Aaron Pedersen stars in Out of Range, part of SBS’s inaugural Short Film Festival.Credit:
OUT OF RANGE ★★★½
SBS Short Film Festival, September 3, SBS OnDemand
Aaron Pedersen, who is in Broome filming the second season of the ABC's hit crime drama Mystery Road alongside The Bridge's Sofia Helin, considers the time he took out of his schedule to make Out of Range, a short film written and directed by emerging filmmaker, John Harvey, "an investment".
"He might do features later," Pedersen perhaps only half jokes. Pedersen has appeared in several of his long-time friend's projects, including the 2017 play Heart is a Wasteland, alongside Harvey's sister, Margaret Harvey, at Melbourne's Malthouse Theatre.
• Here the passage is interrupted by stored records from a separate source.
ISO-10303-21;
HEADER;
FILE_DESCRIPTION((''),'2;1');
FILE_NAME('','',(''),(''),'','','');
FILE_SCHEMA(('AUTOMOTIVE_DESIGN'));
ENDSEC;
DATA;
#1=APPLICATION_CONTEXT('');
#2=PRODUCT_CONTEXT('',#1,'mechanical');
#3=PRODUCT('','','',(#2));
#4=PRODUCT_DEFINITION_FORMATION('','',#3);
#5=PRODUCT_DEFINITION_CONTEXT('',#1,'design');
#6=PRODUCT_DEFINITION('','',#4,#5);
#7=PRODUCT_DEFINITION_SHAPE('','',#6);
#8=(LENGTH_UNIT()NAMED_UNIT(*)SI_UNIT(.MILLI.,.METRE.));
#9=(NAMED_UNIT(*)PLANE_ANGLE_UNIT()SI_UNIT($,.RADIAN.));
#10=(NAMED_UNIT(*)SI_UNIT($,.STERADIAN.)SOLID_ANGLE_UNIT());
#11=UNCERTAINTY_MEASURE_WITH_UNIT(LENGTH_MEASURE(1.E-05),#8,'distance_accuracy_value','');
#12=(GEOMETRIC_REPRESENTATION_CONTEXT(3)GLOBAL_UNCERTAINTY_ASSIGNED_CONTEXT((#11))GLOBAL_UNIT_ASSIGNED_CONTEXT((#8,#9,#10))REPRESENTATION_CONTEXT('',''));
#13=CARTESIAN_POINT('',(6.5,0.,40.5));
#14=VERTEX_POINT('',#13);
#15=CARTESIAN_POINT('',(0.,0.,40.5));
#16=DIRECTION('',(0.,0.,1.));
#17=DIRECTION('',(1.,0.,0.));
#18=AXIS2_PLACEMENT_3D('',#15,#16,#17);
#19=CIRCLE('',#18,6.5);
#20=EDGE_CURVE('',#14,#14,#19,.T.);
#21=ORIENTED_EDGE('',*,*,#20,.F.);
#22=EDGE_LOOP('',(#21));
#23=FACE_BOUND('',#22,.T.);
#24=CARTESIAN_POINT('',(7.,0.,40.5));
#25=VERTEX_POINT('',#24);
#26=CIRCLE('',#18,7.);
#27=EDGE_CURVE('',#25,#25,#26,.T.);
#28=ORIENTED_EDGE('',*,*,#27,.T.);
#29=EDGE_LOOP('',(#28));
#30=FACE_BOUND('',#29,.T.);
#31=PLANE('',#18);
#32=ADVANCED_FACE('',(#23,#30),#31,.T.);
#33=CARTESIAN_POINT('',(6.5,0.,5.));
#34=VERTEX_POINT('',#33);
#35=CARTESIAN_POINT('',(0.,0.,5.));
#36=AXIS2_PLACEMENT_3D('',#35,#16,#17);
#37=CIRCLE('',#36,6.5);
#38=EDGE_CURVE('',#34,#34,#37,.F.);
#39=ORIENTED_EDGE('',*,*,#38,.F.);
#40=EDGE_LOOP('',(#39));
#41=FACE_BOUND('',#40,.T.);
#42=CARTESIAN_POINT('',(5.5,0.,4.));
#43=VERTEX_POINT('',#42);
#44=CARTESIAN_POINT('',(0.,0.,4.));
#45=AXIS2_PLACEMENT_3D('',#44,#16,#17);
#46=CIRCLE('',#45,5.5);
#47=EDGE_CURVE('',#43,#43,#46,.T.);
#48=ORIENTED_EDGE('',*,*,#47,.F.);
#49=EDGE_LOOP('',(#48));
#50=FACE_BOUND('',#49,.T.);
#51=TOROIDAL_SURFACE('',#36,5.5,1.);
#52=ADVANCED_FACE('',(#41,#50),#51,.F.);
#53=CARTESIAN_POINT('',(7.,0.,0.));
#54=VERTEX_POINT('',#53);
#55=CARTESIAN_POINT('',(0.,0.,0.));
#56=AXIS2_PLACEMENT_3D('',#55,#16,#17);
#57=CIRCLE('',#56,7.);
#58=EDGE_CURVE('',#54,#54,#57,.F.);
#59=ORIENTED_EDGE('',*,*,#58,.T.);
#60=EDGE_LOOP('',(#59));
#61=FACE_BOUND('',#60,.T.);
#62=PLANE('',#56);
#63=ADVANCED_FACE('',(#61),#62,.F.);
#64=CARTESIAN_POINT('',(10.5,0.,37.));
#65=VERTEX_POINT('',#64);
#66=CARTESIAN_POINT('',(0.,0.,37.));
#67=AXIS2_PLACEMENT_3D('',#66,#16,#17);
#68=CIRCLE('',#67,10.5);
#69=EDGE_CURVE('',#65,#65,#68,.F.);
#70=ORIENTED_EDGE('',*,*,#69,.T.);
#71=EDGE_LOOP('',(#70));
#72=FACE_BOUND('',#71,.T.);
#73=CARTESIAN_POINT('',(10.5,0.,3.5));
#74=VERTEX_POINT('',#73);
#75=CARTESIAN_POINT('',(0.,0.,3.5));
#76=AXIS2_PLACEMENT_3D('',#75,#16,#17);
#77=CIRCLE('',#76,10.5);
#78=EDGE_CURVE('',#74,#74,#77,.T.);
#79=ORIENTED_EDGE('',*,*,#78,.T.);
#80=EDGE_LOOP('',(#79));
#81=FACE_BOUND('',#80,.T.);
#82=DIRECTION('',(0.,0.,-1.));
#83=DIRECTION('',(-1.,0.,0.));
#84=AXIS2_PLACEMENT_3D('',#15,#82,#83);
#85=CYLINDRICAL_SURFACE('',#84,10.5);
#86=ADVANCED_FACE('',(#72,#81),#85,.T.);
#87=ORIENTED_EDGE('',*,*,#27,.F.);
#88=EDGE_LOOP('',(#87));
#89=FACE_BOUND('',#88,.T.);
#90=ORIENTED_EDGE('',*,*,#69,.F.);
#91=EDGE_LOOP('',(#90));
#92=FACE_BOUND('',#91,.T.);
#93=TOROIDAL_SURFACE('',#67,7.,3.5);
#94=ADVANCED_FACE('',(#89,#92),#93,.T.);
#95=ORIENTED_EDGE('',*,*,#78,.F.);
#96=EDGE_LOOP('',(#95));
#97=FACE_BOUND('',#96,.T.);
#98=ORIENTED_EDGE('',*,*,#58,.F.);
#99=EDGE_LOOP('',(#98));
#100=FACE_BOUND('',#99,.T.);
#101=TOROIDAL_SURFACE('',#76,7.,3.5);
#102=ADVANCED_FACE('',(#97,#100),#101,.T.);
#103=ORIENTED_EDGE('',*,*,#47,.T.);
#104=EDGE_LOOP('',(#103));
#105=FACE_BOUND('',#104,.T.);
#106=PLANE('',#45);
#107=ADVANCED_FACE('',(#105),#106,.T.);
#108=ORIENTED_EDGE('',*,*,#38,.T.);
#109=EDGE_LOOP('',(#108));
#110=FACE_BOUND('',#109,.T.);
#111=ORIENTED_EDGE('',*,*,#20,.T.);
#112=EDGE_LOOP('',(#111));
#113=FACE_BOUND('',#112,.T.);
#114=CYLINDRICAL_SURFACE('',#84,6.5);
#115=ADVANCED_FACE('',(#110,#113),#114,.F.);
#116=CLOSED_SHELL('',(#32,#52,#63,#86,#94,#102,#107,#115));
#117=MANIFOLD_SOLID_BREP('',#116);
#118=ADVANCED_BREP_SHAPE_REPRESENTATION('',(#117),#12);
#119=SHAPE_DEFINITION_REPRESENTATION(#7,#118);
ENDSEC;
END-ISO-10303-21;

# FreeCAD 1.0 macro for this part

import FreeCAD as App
import Part
import Sketcher
Q = App.Units.Quantity


def edges_at(feature, points):
    """Names of the edges that pass closest to the given points."""
    edges = feature.Shape.Edges
    near = lambda p: min(range(len(edges)), key=lambda i: edges[i].distToShape(Part.Vertex(*p))[0])
    return sorted({f"Edge{near(p) + 1}" for p in points})


def faces_at(feature, points):
    """Names of the faces that lie closest to the given points."""
    faces = feature.Shape.Faces
    near = lambda p: min(range(len(faces)), key=lambda i: faces[i].distToShape(Part.Vertex(*p))[0])
    return sorted({f"Face{near(p) + 1}" for p in points})

doc = App.newDocument("Part")
body = doc.addObject("PartDesign::Body", "Body")

# Sketch on XY plane
sketch1 = body.newObject("Sketcher::SketchObject", "Sketch")
sketch1.AttachmentSupport = (doc.getObject("XY_Plane"), [""])
sketch1.MapMode = "FlatFace"
sketch1.addGeometry(Part.Circle(App.Vector(0, 0, 0), App.Vector(0, 0, 1), 10.5), False)
sketch1.addConstraint(Sketcher.Constraint("Coincident", 0, 3, -1, 1))
sketch1.addConstraint(Sketcher.Constraint("Diameter", 0, Q("21 mm")))
pad1 = body.newObject("PartDesign::Pad", "Pad")
pad1.Profile = sketch1
pad1.Length = 40.5
doc.recompute()

thickness = body.newObject("PartDesign::Thickness", "Thickness")
thickness.Base = (pad1, faces_at(pad1, [(0, 0, 40.5)]))
thickness.Value = 4
thickness.Reversed = True
thickness.Join = "Intersection"
doc.recompute()

fillet = body.newObject("PartDesign::Fillet", "Fillet")
fillet.Base = (thickness, edges_at(thickness, [(-10.5, 0, 40.5)]))
fillet.Radius = 3.5
doc.recompute()

fillet2 = body.newObject("PartDesign::Fillet", "Fillet001")
fillet2.Base = (fillet, edges_at(fillet, [(-10.5, 0, 0)]))
fillet2.Radius = 3.5
doc.recompute()

fillet3 = body.newObject("PartDesign::Fillet", "Fillet002")
fillet3.Base = (fillet2, edges_at(fillet2, [(-6.5, 0, 4)]))
fillet3.Radius = 1

doc.recompute()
Out of Range, filmed over four days in Queensland to headline SBS' inaugural Short Film Festival, was written for Pedersen. The script explores the relationship between a struggling Melbourne actor, Max (Pedersen) and his estranged pre-adolescent son Levi (newcomer Araluen Lee Baxter), when their fishing trip hits a snag.
"I love the way that John writes Indigenous men," says Pedersen. "How they fit into the world, but also who they are as men and who they are to themselves, how they fit into the community and who they are to their family, and their biggest gift and their worst attribute. That's what I like about Max. He's a bit of an idiot. I fitted into him beautifully."
Pedersen and his young co-star made a "fast connection" during rehearsals.
"I realised I was in the company of a young man who has his own maturity. I think he got bored with me every now and again but that was in the character. I didn't take that personally. He was being the age he was and it came out in a beautiful way in the performance."
The film is one of four scripted and 10 non-scripted works selected from around Australia that showcase filmmakers from diverse communities under-represented on screen. A snapshot of the program, which is available in its entirety on SBS OnDemand from September 13 to 15, includes Lorcan Hopper's The Loop, a meeting of documentary and soap opera that focuses on disability; Miley Tunnecliffe's Molly and Cara, a scripted generation-gap story about unlikely flatmates; Eliya Cohen's Sidelines, which follows a Tasmanian underdog cricket team; and A. B. Morrison's Tribunal, a neat drama about a gay refugee's bid for asylum.
I watch short films when I'm on the go, when I'm commuting.
SBS' commissioning editor of documentaries, Susie Jones, who is also responsible for such series as The Ghan and Every Family Has a Secret, says the festival, the broadcaster's first short film program since international series Eat Carpet finished in 2005, proves what happens when emerging talent is nurtured.
"Even for the projects that didn't progress to full commission but went to development it was a valuable and gratifying experience. In some instances, it's people's first film. To see something go from a paper pitch to finished product, there's always a level of nervousness, but I think these films will have broad appeal and will do well in film festivals if the filmmakers choose to enter them."
She says bite-sized cinema is made for contemporary consumption.
"I watch short films when I'm on the go, when I'm commuting. It's a really mixed bag of content. Perhaps you'll click on one that doesn't grab you, and then there's something else that's quite different."
For Pedersen, there is much to love about the short film genre.
"It's more challenging because you don't have as much time. It's a launching pad and an opportunity to refine stuff – to find yourself and to challenge your story, to be brave and also just be real. Be true, because you don't have much time to muck around."